01/15/1991 - 04/05/1991
Project Location
Colorado Front Range (Denver area), SE Wyoming, and SW Nebraska

The Winter Icing and Storms Project (WISP) was a cooperative research effort designed to study the structure and evolution of winter storms. Its primary objective was to improve the understanding of the processes involved in the production and depletion of supercooled liquid water content in winter storms, and to develop improved, operational aircraft icing forecast techniques on the local, regional, and national scales. WISP-91 was the second in a series of deployments (over 4 years with 2 years of analysis) sponsored principally by the Federal Aviation Administration (FAA), NCAR's Research Applications Program (RAP), National Oceanic and Atmospheric Administration (NOAA), Environment Canada, and a variety of university support [Colorado State University (CSU), The University of Wyoming (UW), Pennsylvania State University (PSU), and the University of North Dakota (UND)].
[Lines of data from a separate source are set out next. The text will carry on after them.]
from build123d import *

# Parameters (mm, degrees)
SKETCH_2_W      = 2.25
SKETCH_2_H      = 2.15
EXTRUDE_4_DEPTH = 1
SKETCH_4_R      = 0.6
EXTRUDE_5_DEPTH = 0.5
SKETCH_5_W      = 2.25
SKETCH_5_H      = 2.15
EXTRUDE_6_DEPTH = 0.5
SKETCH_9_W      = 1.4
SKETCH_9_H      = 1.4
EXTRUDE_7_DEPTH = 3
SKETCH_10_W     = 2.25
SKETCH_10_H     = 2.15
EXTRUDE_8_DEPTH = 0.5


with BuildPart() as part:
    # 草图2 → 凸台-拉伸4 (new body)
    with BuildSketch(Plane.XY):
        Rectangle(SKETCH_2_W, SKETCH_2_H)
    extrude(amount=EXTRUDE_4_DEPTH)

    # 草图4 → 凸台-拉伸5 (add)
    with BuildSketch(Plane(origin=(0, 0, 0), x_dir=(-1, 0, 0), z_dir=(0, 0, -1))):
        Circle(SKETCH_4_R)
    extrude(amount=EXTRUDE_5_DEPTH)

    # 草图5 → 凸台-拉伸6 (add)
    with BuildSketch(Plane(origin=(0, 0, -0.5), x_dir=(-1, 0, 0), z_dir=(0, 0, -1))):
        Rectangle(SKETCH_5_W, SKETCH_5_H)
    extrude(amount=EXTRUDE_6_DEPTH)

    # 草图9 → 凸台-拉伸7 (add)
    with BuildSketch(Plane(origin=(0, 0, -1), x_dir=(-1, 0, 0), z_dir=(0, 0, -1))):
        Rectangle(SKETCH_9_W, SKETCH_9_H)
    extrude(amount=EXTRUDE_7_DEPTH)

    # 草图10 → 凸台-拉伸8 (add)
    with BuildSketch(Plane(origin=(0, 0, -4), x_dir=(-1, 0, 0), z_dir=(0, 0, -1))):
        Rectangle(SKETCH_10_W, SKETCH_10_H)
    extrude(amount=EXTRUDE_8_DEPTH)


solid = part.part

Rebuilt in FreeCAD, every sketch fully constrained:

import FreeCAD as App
import Part
import Sketcher

V = App.Vector

doc = App.newDocument("Part")
body = doc.addObject("PartDesign::Body", "Body")

sketch1 = body.newObject("Sketcher::SketchObject", "Sketch")
sketch1.AttachmentSupport = (doc.getObject("XY_Plane"), [""])
sketch1.MapMode = "FlatFace"
sketch1.addGeometry([
    Part.LineSegment(V(-1.1, 1.1, 0), V(-1.1, -1.1, 0)),
    Part.LineSegment(V(-1.1, -1.1, 0), V(1.1, -1.1, 0)),
    Part.LineSegment(V(1.1, -1.1, 0), V(1.1, 1.1, 0)),
    Part.LineSegment(V(1.1, 1.1, 0), V(-1.1, 1.1, 0)),
], False)
sketch1.addConstraint([
    Sketcher.Constraint("Coincident", 0, 2, 1, 1),
    Sketcher.Constraint("Coincident", 1, 2, 2, 1),
    Sketcher.Constraint("Coincident", 2, 2, 3, 1),
    Sketcher.Constraint("Coincident", 3, 2, 0, 1),
    Sketcher.Constraint("Vertical", 0),
    Sketcher.Constraint("Horizontal", 1),
    Sketcher.Constraint("Vertical", 2),
    Sketcher.Constraint("Horizontal", 3),
    Sketcher.Constraint("Symmetric", 0, 2, 2, 2, -1, 1),
    Sketcher.Constraint("DistanceX", 1, 1, 1, 2, 2.25),
    Sketcher.Constraint("DistanceY", 0, 2, 0, 1, 2.15),
])
pad1 = body.newObject("PartDesign::Pad", "Pad")
pad1.Profile = sketch1
pad1.Length = 1

sketch2 = body.newObject("Sketcher::SketchObject", "Sketch001")
sketch2.AttachmentSupport = (doc.getObject("XY_Plane"), [""])
sketch2.MapMode = "FlatFace"
sketch2.addGeometry(Part.Circle(V(0, 0, 0), V(0, 0, 1), 0.6), False)
sketch2.addConstraint([
    Sketcher.Constraint("Coincident", 0, 3, -1, 1),
    Sketcher.Constraint("Diameter", 0, 1.2),
])
pad2 = body.newObject("PartDesign::Pad", "Pad001")
pad2.Profile = sketch2
pad2.Length = 0.5
pad2.Reversed = True

sketch3 = body.newObject("Sketcher::SketchObject", "Sketch002")
sketch3.AttachmentSupport = (doc.getObject("XY_Plane"), [""])
sketch3.MapMode = "FlatFace"
sketch3.AttachmentOffset = App.Placement(V(0, 0, -0.5), App.Rotation())
sketch3.addGeometry([
    Part.LineSegment(V(1.1, 1.1, 0), V(1.1, -1.1, 0)),
    Part.LineSegment(V(1.1, -1.1, 0), V(-1.1, -1.1, 0)),
    Part.LineSegment(V(-1.1, -1.1, 0), V(-1.1, 1.1, 0)),
    Part.LineSegment(V(-1.1, 1.1, 0), V(1.1, 1.1, 0)),
], False)
sketch3.addConstraint([
    Sketcher.Constraint("Coincident", 0, 2, 1, 1),
    Sketcher.Constraint("Coincident", 1, 2, 2, 1),
    Sketcher.Constraint("Coincident", 2, 2, 3, 1),
    Sketcher.Constraint("Coincident", 3, 2, 0, 1),
    Sketcher.Constraint("Vertical", 0),
    Sketcher.Constraint("Horizontal", 1),
    Sketcher.Constraint("Vertical", 2),
    Sketcher.Constraint("Horizontal", 3),
    Sketcher.Constraint("Symmetric", 0, 2, 2, 2, -1, 1),
    Sketcher.Constraint("DistanceX", 1, 2, 1, 1, 2.25),
    Sketcher.Constraint("DistanceY", 0, 2, 0, 1, 2.15),
])
pad3 = body.newObject("PartDesign::Pad", "Pad002")
pad3.Profile = sketch3
pad3.Length = 0.5
pad3.Reversed = True

sketch4 = body.newObject("Sketcher::SketchObject", "Sketch003")
sketch4.AttachmentSupport = (doc.getObject("XY_Plane"), [""])
sketch4.MapMode = "FlatFace"
sketch4.AttachmentOffset = App.Placement(V(0, 0, -1), App.Rotation())
sketch4.addGeometry([
    Part.LineSegment(V(0.7, 0.7, 0), V(0.7, -0.7, 0)),
    Part.LineSegment(V(0.7, -0.7, 0), V(-0.7, -0.7, 0)),
    Part.LineSegment(V(-0.7, -0.7, 0), V(-0.7, 0.7, 0)),
    Part.LineSegment(V(-0.7, 0.7, 0), V(0.7, 0.7, 0)),
], False)
sketch4.addConstraint([
    Sketcher.Constraint("Coincident", 0, 2, 1, 1),
    Sketcher.Constraint("Coincident", 1, 2, 2, 1),
    Sketcher.Constraint("Coincident", 2, 2, 3, 1),
    Sketcher.Constraint("Coincident", 3, 2, 0, 1),
    Sketcher.Constraint("Vertical", 0),
    Sketcher.Constraint("Horizontal", 1),
    Sketcher.Constraint("Vertical", 2),
    Sketcher.Constraint("Horizontal", 3),
    Sketcher.Constraint("Symmetric", 0, 2, 2, 2, -1, 1),
    Sketcher.Constraint("Equal", 3, 0),
    Sketcher.Constraint("DistanceX", 1, 2, 1, 1, 1.4),
])
pad4 = body.newObject("PartDesign::Pad", "Pad003")
pad4.Profile = sketch4
pad4.Length = 3
pad4.Reversed = True

sketch5 = body.newObject("Sketcher::SketchObject", "Sketch004")
sketch5.AttachmentSupport = (doc.getObject("XY_Plane"), [""])
sketch5.MapMode = "FlatFace"
sketch5.AttachmentOffset = App.Placement(V(0, 0, -4), App.Rotation())
sketch5.addGeometry([
    Part.LineSegment(V(1.1, 1.1, 0), V(1.1, -1.1, 0)),
    Part.LineSegment(V(1.1, -1.1, 0), V(-1.1, -1.1, 0)),
    Part.LineSegment(V(-1.1, -1.1, 0), V(-1.1, 1.1, 0)),
    Part.LineSegment(V(-1.1, 1.1, 0), V(1.1, 1.1, 0)),
], False)
sketch5.addConstraint([
    Sketcher.Constraint("Coincident", 0, 2, 1, 1),
    Sketcher.Constraint("Coincident", 1, 2, 2, 1),
    Sketcher.Constraint("Coincident", 2, 2, 3, 1),
    Sketcher.Constraint("Coincident", 3, 2, 0, 1),
    Sketcher.Constraint("Vertical", 0),
    Sketcher.Constraint("Horizontal", 1),
    Sketcher.Constraint("Vertical", 2),
    Sketcher.Constraint("Horizontal", 3),
    Sketcher.Constraint("Symmetric", 0, 2, 2, 2, -1, 1),
    Sketcher.Constraint("DistanceX", 1, 2, 1, 1, 2.25),
    Sketcher.Constraint("DistanceY", 0, 2, 0, 1, 2.15),
])
pad5 = body.newObject("PartDesign::Pad", "Pad004")
pad5.Profile = sketch5
pad5.Length = 0.5
pad5.Reversed = True

doc.recompute()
An important collaboration with WISP-91 was with the Department of Energy (DOE)’s Atmospheric Radiation Measurement (ARM) test program. The primary period of this test program ran from 15 February to 15 March 1991.

Scientific Objectives

The primary objectives of WISP were to: (1) Improve the understanding of the processes involved in the production and depletion of supercooled liquid water content in winter storms; and (2) Improve forecasts of aircraft icing in winter storms. WISP Investigators examined contributions from local topographic forcing, upslope flow (both cyclonic and anticyclonic), conditional symmetric instability, cold air damming/barrier jets, synoptic and mesoscale fronts, jet streaks, diabatic processes, advection of supercooled liquid water content, and convective instability.

The specific WISP-91 scientific objectives were to: (1) Document the characteristics of winter storms in the Denver area; (2) Study the effects of local terrain variations on liquid water production and depletion; (3) Examine microphysical properties of the clouds, with emphasis on large supercooled droplet formation ice crystal growth; and (4) Examine the structure of cold fronts in the Denver area.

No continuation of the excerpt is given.